[[ Extracted material, beginning ]]

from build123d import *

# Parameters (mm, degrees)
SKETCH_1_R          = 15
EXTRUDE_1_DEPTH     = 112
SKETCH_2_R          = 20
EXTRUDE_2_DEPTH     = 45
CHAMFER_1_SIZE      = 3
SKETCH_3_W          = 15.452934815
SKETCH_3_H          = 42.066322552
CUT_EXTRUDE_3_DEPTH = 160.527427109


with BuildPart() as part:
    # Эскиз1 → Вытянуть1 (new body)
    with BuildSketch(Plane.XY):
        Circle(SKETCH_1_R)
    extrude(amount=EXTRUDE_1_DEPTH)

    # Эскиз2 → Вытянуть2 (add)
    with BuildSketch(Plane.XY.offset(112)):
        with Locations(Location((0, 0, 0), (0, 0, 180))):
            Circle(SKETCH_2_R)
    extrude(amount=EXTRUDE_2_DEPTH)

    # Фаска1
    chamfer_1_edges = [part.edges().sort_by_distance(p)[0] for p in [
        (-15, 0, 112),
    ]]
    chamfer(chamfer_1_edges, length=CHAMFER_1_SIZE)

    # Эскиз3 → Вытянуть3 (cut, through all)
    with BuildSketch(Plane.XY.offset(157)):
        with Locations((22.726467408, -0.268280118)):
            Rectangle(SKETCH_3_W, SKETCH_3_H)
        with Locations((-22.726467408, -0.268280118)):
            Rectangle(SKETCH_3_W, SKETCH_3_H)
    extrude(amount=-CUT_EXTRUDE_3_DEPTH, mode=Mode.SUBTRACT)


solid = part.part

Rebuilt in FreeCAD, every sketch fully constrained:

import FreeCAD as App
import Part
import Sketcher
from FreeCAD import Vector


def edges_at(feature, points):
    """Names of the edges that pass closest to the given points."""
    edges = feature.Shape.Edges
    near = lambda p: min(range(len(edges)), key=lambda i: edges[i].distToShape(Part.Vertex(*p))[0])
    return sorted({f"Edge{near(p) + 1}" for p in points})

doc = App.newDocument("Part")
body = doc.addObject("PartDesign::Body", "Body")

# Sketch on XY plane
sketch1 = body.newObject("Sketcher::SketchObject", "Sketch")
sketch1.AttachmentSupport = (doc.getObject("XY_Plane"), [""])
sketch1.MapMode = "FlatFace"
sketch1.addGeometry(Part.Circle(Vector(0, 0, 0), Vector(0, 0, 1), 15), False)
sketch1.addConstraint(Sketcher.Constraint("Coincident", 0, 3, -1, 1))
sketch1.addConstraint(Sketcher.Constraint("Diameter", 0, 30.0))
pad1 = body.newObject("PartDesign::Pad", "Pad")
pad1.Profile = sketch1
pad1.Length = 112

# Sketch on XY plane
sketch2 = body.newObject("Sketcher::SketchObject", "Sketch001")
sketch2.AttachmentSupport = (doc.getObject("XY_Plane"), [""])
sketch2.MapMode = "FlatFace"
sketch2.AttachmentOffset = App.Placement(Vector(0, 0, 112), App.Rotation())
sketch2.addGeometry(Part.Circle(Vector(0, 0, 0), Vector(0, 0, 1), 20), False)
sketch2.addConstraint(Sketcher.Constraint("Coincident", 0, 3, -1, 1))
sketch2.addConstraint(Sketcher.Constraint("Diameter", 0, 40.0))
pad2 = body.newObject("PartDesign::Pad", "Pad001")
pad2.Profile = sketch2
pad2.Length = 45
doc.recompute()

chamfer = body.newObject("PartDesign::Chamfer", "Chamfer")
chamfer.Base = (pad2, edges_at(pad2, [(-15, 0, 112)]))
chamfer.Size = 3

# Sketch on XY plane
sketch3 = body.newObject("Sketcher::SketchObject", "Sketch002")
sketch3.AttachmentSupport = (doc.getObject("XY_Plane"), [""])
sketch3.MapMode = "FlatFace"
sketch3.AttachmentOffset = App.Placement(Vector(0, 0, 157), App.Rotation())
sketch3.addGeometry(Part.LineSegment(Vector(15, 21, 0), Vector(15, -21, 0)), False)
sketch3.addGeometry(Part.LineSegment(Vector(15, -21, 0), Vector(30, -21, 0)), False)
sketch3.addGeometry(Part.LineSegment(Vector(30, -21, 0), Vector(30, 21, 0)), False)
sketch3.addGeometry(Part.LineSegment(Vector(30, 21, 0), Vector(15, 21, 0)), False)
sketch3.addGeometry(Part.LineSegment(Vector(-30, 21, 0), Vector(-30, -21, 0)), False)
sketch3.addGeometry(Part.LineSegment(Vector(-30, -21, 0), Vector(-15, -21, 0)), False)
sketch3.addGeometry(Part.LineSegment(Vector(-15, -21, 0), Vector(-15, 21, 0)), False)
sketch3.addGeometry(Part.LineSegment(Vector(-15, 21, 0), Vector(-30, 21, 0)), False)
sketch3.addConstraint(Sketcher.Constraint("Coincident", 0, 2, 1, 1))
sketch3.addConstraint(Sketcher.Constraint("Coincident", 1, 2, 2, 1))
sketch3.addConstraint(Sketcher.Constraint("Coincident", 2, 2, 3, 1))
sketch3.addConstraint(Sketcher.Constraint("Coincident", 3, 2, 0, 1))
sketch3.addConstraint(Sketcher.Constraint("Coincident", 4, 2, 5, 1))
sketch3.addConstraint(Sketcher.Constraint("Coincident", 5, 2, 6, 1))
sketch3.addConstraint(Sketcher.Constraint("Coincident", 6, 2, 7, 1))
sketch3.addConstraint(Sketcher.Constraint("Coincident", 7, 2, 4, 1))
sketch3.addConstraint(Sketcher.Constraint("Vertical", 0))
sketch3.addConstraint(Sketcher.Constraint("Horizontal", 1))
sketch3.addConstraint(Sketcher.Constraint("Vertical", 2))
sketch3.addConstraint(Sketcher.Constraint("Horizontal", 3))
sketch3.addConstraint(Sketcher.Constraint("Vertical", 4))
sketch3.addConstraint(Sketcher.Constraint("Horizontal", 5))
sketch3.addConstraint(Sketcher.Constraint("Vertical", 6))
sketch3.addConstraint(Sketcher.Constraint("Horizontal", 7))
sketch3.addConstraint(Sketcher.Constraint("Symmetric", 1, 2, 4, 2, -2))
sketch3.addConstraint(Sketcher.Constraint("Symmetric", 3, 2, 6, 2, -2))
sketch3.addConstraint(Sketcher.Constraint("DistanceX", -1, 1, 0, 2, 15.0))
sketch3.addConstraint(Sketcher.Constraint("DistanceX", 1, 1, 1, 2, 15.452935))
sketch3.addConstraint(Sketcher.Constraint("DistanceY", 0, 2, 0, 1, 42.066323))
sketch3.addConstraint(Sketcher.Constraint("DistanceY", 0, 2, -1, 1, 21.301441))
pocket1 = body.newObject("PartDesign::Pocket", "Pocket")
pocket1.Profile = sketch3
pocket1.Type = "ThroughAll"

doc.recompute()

[[ Extracted material, end ]]
[[ Extracted material, beginning ]]

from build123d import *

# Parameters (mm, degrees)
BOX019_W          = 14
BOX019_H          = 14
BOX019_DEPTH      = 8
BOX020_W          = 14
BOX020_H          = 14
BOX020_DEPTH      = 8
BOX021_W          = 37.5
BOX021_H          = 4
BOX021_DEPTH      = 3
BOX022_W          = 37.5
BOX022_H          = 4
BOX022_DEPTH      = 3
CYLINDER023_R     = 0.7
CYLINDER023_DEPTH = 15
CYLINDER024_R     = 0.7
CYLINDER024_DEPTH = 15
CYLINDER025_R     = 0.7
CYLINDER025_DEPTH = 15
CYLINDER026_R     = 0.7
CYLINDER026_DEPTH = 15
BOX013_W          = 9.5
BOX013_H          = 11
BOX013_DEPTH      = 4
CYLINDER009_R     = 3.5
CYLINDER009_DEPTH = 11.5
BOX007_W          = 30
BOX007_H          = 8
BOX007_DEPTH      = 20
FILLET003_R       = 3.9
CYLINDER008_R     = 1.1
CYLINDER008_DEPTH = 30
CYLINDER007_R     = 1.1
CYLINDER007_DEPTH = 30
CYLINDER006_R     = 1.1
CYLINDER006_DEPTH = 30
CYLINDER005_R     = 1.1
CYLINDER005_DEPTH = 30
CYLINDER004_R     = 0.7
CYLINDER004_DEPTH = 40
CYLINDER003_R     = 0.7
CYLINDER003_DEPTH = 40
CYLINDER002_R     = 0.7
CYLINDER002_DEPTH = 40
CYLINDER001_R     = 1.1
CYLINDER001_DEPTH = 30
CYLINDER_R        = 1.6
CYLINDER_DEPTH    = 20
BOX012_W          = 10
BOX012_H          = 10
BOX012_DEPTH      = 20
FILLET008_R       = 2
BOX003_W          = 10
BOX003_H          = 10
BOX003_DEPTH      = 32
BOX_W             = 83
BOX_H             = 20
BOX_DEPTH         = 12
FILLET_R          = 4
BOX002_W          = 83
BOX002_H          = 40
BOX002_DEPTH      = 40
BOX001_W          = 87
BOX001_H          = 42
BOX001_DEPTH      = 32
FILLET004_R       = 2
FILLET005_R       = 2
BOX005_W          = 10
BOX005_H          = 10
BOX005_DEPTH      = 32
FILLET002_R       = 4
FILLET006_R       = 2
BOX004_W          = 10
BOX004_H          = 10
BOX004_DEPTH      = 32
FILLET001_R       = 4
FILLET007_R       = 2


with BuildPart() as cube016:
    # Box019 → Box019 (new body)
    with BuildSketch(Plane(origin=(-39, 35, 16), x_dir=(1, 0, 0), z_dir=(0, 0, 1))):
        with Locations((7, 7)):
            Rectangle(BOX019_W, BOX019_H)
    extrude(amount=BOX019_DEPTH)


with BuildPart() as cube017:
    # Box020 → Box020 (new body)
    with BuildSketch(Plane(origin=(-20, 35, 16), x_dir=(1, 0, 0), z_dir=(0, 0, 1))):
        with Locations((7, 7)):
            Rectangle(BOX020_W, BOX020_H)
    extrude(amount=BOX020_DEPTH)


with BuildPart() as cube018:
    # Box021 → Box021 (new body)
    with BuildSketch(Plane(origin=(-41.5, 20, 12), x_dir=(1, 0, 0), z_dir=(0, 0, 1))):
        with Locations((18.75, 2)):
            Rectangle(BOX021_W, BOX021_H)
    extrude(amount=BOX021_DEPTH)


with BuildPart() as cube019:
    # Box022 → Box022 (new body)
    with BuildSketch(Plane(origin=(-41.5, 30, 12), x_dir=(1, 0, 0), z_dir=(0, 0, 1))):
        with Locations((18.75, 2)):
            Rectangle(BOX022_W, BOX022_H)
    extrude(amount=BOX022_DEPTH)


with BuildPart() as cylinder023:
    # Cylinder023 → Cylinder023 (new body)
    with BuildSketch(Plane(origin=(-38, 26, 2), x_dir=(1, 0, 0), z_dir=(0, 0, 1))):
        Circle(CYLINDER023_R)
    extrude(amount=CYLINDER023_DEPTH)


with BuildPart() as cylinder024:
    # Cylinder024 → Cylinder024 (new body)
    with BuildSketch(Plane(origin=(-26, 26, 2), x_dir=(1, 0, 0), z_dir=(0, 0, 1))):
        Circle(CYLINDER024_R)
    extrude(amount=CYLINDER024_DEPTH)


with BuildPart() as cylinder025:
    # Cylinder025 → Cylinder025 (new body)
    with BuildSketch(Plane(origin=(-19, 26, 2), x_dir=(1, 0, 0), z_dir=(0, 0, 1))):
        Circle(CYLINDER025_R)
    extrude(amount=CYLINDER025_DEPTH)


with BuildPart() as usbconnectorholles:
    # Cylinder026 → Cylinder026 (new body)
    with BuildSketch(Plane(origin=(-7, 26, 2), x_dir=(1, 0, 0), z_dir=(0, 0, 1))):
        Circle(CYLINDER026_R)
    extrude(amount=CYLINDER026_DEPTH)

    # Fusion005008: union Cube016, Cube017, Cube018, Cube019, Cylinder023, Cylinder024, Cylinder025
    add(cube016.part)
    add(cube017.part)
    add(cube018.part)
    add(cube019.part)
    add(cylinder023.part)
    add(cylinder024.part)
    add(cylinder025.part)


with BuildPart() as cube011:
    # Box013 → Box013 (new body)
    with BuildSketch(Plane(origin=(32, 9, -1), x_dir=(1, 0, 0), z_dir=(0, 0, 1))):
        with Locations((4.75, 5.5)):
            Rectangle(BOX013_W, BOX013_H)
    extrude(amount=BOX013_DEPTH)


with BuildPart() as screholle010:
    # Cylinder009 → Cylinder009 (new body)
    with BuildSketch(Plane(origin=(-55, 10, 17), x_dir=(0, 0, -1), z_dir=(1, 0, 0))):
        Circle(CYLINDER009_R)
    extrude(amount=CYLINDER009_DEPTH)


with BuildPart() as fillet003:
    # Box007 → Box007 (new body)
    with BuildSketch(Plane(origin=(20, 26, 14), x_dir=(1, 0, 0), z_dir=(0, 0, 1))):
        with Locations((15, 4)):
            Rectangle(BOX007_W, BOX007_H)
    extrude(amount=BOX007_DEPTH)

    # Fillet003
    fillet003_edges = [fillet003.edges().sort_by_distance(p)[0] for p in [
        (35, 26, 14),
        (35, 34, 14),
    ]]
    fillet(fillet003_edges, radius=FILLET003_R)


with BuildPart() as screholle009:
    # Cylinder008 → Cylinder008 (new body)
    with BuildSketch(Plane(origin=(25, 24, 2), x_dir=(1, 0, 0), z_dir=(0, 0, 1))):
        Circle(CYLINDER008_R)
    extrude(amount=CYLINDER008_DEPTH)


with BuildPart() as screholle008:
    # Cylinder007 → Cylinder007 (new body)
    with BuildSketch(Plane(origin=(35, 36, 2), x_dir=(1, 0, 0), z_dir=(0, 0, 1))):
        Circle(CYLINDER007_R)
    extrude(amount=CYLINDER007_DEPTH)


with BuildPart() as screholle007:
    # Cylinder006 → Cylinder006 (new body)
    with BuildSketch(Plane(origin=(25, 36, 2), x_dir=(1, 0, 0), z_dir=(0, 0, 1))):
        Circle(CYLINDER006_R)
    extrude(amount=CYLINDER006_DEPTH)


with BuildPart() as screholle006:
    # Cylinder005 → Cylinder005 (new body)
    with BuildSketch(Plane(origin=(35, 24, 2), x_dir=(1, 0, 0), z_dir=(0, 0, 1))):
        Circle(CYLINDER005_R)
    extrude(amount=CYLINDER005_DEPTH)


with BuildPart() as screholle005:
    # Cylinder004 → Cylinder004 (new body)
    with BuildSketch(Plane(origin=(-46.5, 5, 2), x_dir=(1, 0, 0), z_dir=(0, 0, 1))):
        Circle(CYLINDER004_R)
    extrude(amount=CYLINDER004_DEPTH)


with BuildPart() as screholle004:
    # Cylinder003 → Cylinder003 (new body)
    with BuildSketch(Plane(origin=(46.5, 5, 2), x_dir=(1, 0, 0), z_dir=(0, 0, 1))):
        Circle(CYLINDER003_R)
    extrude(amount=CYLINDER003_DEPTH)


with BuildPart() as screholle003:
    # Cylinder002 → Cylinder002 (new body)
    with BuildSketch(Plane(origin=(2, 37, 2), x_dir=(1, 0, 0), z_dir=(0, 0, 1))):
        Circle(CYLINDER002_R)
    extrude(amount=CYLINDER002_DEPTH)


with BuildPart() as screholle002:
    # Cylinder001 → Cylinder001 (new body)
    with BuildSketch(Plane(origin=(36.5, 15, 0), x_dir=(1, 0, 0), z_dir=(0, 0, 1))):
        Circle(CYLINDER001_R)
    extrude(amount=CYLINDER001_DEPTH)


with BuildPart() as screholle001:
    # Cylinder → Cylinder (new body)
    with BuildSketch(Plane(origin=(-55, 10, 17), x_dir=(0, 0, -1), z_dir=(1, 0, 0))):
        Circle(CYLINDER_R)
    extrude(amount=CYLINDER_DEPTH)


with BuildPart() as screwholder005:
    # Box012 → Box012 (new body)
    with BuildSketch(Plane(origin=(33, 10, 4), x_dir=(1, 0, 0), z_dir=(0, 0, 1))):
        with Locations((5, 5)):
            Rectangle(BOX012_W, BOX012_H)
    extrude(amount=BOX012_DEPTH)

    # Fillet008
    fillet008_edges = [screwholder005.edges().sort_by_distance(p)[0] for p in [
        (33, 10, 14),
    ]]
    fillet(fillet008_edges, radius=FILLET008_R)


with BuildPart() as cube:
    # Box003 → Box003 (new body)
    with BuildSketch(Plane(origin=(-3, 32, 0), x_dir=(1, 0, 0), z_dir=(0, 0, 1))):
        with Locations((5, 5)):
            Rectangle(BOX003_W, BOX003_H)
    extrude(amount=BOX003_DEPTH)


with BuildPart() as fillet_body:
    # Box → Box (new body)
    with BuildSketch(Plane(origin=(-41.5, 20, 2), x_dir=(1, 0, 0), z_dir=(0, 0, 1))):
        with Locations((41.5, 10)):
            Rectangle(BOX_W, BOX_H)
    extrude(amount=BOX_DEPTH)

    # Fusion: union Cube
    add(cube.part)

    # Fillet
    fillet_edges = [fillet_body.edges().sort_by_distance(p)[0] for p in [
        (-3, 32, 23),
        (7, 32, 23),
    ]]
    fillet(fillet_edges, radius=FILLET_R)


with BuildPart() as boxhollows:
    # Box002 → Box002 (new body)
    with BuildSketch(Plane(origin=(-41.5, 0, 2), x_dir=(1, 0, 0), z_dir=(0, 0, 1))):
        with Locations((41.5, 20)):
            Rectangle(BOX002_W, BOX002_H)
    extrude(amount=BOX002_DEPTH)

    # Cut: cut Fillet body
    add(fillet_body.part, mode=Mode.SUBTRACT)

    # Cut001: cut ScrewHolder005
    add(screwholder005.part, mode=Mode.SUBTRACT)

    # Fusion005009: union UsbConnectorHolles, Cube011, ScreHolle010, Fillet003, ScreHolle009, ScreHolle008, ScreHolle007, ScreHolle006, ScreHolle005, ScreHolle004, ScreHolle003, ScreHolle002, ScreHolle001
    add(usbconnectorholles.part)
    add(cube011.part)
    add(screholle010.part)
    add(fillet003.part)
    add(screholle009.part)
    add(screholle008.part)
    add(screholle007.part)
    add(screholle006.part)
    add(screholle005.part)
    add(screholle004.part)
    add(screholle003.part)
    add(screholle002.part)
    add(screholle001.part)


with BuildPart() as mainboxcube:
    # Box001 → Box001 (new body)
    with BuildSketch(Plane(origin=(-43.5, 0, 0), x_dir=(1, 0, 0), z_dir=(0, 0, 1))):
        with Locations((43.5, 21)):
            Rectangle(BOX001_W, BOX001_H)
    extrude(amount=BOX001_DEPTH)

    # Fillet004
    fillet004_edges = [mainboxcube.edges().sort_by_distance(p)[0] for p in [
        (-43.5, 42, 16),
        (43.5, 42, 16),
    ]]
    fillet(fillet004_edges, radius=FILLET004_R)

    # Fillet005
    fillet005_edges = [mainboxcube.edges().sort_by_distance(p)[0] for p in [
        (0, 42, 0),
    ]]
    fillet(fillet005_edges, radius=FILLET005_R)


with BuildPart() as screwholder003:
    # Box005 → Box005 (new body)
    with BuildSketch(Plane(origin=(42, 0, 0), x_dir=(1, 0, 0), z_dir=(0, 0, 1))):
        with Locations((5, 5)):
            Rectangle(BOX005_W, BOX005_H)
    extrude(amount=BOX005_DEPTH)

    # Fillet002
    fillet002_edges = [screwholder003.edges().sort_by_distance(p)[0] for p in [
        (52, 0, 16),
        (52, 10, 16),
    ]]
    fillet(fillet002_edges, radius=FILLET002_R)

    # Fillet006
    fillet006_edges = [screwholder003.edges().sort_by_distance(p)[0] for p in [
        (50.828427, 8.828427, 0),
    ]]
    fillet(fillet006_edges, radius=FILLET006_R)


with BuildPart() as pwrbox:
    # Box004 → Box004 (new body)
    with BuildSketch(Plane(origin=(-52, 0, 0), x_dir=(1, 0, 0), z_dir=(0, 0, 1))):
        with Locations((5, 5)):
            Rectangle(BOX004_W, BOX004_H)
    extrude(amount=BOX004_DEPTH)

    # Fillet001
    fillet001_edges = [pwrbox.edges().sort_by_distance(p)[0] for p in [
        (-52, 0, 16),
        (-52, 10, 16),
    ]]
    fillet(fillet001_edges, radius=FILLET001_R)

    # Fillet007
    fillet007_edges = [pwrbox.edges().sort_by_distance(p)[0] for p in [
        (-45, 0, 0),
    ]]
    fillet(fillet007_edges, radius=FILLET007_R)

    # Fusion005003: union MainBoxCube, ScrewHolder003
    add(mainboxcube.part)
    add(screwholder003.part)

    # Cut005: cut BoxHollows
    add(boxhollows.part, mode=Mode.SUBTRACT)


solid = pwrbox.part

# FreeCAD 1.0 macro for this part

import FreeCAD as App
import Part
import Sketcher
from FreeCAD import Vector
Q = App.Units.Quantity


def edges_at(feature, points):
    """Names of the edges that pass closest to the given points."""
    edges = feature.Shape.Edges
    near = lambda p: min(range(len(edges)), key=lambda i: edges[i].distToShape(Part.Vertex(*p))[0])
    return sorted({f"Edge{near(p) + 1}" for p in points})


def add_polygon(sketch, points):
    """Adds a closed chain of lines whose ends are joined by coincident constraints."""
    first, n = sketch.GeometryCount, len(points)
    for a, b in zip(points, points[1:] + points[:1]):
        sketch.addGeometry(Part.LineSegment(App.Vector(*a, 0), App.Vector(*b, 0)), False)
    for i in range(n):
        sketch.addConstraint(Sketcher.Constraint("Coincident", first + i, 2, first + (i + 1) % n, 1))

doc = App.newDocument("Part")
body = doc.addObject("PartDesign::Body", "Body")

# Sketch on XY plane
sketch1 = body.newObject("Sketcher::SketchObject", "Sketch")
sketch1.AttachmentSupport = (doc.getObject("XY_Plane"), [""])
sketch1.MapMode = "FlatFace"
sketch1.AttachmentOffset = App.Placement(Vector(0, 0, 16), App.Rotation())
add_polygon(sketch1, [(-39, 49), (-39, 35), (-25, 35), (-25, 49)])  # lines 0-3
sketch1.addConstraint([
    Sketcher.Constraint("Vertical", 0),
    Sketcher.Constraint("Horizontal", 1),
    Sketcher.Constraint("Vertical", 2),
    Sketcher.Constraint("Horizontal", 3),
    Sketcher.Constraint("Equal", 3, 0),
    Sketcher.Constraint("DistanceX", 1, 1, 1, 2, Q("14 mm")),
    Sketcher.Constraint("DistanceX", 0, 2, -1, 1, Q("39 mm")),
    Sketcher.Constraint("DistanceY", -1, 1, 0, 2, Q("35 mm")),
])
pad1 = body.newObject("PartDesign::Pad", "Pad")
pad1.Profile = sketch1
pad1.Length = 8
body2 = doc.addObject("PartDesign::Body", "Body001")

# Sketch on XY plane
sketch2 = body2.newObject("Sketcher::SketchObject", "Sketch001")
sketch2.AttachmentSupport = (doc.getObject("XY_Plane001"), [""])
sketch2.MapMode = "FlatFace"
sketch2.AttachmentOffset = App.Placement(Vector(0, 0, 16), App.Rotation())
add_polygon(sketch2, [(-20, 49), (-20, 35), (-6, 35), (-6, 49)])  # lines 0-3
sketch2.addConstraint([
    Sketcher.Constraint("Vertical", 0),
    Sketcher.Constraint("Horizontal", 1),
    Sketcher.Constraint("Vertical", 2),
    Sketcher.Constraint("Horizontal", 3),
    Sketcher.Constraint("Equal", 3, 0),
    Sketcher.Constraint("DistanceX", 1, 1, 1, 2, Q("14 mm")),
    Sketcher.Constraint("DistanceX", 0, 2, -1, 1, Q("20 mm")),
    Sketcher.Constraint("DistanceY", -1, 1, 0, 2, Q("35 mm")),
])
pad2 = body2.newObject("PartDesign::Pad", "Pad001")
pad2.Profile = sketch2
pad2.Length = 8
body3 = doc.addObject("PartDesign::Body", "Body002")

[[ Extracted material, end ]]

### Prompt
Could you reproduce, exactly, every line above from the line with "# Fusion005003: union" to the line with "# FreeCAD 1.0 macro for this part", and no other line? Both ends count.

### Task output
    # Fusion005003: union MainBoxCube, ScrewHolder003
    add(mainboxcube.part)
    add(screwholder003.part)

    # Cut005: cut BoxHollows
    add(boxhollows.part, mode=Mode.SUBTRACT)


solid = pwrbox.part

# FreeCAD 1.0 macro for this part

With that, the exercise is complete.